[Records from a data source]
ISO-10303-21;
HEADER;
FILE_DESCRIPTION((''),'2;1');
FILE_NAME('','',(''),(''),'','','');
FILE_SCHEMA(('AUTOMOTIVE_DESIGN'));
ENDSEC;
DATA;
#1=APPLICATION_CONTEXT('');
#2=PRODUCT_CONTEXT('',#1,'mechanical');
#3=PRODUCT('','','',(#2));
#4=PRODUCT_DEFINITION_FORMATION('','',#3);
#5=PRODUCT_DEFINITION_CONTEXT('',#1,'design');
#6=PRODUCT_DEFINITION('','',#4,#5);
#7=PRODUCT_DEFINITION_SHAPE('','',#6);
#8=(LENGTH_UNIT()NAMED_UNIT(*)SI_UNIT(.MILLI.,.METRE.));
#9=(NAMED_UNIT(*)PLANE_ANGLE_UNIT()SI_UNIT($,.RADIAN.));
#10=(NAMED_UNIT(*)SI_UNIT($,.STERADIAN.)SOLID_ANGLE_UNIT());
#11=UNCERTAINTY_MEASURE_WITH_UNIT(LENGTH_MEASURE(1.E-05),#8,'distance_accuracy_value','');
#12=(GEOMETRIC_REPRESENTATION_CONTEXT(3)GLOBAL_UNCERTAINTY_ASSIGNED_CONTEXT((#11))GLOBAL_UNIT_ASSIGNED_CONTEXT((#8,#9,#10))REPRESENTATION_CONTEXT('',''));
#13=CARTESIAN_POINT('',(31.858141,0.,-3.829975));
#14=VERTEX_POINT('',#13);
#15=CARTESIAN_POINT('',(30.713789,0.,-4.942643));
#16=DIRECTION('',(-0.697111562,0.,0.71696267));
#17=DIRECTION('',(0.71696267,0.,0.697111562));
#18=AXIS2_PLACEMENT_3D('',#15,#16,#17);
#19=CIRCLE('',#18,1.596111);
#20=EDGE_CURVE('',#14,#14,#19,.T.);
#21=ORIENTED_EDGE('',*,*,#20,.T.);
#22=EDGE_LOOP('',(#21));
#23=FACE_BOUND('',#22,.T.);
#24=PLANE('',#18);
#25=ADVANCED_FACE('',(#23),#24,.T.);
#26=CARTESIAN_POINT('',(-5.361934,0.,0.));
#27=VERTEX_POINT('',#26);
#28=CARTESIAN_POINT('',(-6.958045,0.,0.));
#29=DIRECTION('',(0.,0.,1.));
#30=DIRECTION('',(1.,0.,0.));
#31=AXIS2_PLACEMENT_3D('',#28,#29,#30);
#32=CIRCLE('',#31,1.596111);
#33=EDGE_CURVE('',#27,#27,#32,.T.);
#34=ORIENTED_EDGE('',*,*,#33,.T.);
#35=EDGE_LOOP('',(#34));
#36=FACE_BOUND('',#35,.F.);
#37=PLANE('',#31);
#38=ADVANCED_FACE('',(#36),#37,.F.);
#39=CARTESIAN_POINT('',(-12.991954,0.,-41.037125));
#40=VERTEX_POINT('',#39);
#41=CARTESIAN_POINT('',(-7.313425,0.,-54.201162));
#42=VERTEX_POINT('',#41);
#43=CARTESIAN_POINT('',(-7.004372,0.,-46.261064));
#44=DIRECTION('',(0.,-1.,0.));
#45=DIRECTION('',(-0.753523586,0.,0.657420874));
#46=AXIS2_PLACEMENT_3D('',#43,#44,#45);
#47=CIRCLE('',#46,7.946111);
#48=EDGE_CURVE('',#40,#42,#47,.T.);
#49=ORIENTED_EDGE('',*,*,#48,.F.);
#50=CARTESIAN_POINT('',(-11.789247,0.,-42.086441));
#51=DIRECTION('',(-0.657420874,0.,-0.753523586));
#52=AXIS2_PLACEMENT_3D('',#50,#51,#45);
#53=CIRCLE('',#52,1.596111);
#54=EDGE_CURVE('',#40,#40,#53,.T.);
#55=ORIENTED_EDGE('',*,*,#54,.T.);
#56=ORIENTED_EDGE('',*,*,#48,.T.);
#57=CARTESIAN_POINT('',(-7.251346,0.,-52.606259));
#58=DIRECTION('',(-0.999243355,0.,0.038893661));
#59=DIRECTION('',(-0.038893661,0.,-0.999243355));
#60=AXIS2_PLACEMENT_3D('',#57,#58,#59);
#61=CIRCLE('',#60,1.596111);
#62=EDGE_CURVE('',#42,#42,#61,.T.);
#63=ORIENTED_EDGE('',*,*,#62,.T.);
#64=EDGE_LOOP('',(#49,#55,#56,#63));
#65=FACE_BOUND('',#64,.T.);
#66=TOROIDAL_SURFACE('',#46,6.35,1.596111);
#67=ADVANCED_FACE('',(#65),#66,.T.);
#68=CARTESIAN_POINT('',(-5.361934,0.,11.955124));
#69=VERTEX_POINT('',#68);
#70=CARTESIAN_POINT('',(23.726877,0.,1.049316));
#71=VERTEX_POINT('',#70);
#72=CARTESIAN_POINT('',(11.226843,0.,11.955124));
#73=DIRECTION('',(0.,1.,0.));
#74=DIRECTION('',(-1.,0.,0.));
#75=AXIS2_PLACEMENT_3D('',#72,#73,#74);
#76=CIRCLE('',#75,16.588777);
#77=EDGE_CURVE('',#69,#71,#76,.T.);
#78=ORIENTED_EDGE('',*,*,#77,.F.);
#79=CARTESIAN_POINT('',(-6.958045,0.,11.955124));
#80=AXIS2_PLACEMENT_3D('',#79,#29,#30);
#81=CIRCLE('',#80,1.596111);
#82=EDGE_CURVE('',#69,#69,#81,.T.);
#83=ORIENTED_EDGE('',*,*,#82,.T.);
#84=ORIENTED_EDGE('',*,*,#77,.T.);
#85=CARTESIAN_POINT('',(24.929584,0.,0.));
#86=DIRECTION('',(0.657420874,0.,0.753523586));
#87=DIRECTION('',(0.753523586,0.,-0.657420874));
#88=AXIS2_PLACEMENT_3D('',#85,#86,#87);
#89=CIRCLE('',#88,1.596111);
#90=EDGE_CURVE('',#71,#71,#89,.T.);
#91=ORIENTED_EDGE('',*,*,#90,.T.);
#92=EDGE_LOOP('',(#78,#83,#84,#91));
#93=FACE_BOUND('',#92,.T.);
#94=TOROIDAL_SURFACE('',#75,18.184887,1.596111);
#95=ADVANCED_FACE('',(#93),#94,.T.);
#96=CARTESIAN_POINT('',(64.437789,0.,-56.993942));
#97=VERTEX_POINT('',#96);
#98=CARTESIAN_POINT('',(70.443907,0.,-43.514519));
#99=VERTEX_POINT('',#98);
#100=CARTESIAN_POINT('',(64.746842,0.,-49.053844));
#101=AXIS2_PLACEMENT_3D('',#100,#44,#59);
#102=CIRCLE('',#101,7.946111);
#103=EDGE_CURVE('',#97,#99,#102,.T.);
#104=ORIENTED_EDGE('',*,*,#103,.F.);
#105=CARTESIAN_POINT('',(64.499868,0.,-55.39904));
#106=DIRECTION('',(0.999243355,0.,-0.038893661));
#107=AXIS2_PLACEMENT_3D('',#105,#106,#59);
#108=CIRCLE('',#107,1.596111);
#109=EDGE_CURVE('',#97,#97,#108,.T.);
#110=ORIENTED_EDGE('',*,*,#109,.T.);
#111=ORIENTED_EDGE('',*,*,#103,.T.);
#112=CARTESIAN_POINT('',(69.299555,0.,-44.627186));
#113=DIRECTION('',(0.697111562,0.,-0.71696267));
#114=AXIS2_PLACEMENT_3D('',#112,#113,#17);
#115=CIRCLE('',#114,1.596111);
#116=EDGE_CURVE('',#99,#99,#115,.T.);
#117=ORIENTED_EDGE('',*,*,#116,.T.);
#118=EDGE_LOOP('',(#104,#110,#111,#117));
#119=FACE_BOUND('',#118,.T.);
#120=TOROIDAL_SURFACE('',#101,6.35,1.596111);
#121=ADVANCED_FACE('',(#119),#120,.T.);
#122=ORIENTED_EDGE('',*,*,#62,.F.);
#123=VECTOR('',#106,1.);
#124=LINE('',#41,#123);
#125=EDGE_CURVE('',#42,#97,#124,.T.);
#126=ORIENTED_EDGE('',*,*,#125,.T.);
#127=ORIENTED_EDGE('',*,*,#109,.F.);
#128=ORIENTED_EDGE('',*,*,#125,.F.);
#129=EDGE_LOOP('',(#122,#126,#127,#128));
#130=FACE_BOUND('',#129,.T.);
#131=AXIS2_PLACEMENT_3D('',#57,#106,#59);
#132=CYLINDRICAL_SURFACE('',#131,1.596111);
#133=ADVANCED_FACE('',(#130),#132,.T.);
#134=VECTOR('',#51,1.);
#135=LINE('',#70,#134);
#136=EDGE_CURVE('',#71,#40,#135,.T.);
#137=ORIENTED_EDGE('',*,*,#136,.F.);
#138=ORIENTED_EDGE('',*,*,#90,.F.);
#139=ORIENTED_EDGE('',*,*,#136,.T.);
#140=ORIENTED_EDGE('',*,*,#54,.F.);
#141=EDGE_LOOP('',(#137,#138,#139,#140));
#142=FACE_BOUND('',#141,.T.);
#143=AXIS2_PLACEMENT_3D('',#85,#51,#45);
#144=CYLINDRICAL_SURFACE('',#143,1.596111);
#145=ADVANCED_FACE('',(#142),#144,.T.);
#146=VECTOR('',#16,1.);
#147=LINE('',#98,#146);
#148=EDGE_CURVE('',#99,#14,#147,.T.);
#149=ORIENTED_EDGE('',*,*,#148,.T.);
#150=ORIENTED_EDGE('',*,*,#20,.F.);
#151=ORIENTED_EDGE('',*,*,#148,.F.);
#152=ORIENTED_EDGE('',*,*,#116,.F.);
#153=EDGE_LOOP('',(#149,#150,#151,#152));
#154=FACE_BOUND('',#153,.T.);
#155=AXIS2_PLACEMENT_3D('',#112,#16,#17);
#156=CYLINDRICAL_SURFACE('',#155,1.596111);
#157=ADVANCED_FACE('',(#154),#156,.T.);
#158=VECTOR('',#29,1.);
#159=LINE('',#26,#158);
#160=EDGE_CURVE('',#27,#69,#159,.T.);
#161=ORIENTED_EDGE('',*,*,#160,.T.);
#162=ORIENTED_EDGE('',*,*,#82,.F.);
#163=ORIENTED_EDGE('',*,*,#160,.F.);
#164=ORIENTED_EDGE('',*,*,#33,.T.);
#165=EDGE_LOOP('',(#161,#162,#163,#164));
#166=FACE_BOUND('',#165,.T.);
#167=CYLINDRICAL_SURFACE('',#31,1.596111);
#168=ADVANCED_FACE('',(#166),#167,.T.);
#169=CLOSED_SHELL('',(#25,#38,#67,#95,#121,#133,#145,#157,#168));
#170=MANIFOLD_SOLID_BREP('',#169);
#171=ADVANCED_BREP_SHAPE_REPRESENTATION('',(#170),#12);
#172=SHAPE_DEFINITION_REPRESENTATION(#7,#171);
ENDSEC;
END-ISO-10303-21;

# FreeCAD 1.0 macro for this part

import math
import FreeCAD as App
import Part
import Sketcher
from FreeCAD import Vector
Q = App.Units.Quantity

doc = App.newDocument("Part")
body = doc.addObject("PartDesign::Body", "Body")

# Sketch on XY plane
sketch1 = doc.addObject("Sketcher::SketchObject", "Sketch")
body.addObject(sketch1)
sketch1.AttachmentSupport = (doc.XY_Plane, [""])
sketch1.MapMode = "FlatFace"
sketch1.addGeometry(Part.Circle(Vector(-7, 0, 0), Vector(0, 0, 1), 1.6), False)
sketch1.addConstraint([
    Sketcher.Constraint("PointOnObject", 0, 3, -1),
    Sketcher.Constraint("Diameter", 0, Q("3.192221 mm")),
    Sketcher.Constraint("DistanceX", 0, 3, -1, 1, Q("6.958045 mm")),
])

# Sketch on XZ plane
sketch2 = doc.addObject("Sketcher::SketchObject", "Sketch001")
body.addObject(sketch2)
sketch2.AttachmentSupport = (doc.XZ_Plane, [""])
sketch2.MapMode = "FlatFace"
sketch2.addGeometry([
    Part.LineSegment(Vector(-7, 0, 0), Vector(-7, 12, 0)),  # 0
    Part.ArcOfCircle(Part.Circle(Vector(11, 12, 0), Vector(0, 0, 1), 18), math.radians(-41), math.radians(180)),  # 1
    Part.LineSegment(Vector(25, 0, 0), Vector(-12, -42, 0)),  # 2
    Part.ArcOfCircle(Part.Circle(Vector(-7, -46, 0), Vector(0, 0, 1), 6), math.radians(139), math.radians(268)),  # 3
    Part.LineSegment(Vector(-7, -53, 0), Vector(64, -55, 0)),  # 4
    Part.ArcOfCircle(Part.Circle(Vector(65, -49, 0), Vector(0, 0, 1), 6), math.radians(-92), math.radians(44)),  # 5
    Part.LineSegment(Vector(69, -45, 0), Vector(31, -5, 0)),  # 6
], False)
sketch2.addConstraint([
    Sketcher.Constraint("Tangent", 0, 2, 1, 2),
    Sketcher.Constraint("Tangent", 1, 1, 2, 1),
    Sketcher.Constraint("Tangent", 2, 2, 3, 1),
    Sketcher.Constraint("Tangent", 3, 2, 4, 1),
    Sketcher.Constraint("Tangent", 4, 2, 5, 1),
    Sketcher.Constraint("Tangent", 5, 2, 6, 1),
    Sketcher.Constraint("Vertical", 0),
    Sketcher.Constraint("Equal", 3, 5),
    Sketcher.Constraint("PointOnObject", 0, 1, -1),
    Sketcher.Constraint("PointOnObject", 1, 1, -1),
    Sketcher.Constraint("Radius", 3, Q("0.25 in")),
    Sketcher.Constraint("Radius", 1, Q("18.184887 mm")),
    Sketcher.Constraint("DistanceX", 1, 3, 5, 3, Q("53.52 mm")),
    Sketcher.Constraint("DistanceX", 2, 2, 0, 1, Q("4.831202 mm")),
    Sketcher.Constraint("DistanceX", 2, 2, 3, 2, Q("4.5379 mm")),
    Sketcher.Constraint("DistanceY", 4, 2, 2, 2, Q("13.312598 mm")),
    Sketcher.Constraint("DistanceX", 3, 2, 5, 2, Q("76.550902 mm")),
    Sketcher.Constraint("Distance", 6, Q("55.35092 mm")),
    Sketcher.Constraint("DistanceX", 3, 3, -1, 1, Q("7.004372 mm")),
])
doc.recompute()

additivepipe = doc.addObject("PartDesign::AdditivePipe", "AdditivePipe")
body.addObject(additivepipe)
additivepipe.Profile = sketch1
additivepipe.Spine = (sketch2, ["Edge1", "Edge2", "Edge3", "Edge4", "Edge5", "Edge6", "Edge7"])

doc.recompute()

Exercise goal >> Both the first line of the data above and the line with "#4=PRODUCT_DEFINITION_FORMATION('','',#3);" must be included; please return exactly those lines and the ones between them.

Reply to the task >>
ISO-10303-21;
HEADER;
FILE_DESCRIPTION((''),'2;1');
FILE_NAME('','',(''),(''),'','','');
FILE_SCHEMA(('AUTOMOTIVE_DESIGN'));
ENDSEC;
DATA;
#1=APPLICATION_CONTEXT('');
#2=PRODUCT_CONTEXT('',#1,'mechanical');
#3=PRODUCT('','','',(#2));
#4=PRODUCT_DEFINITION_FORMATION('','',#3);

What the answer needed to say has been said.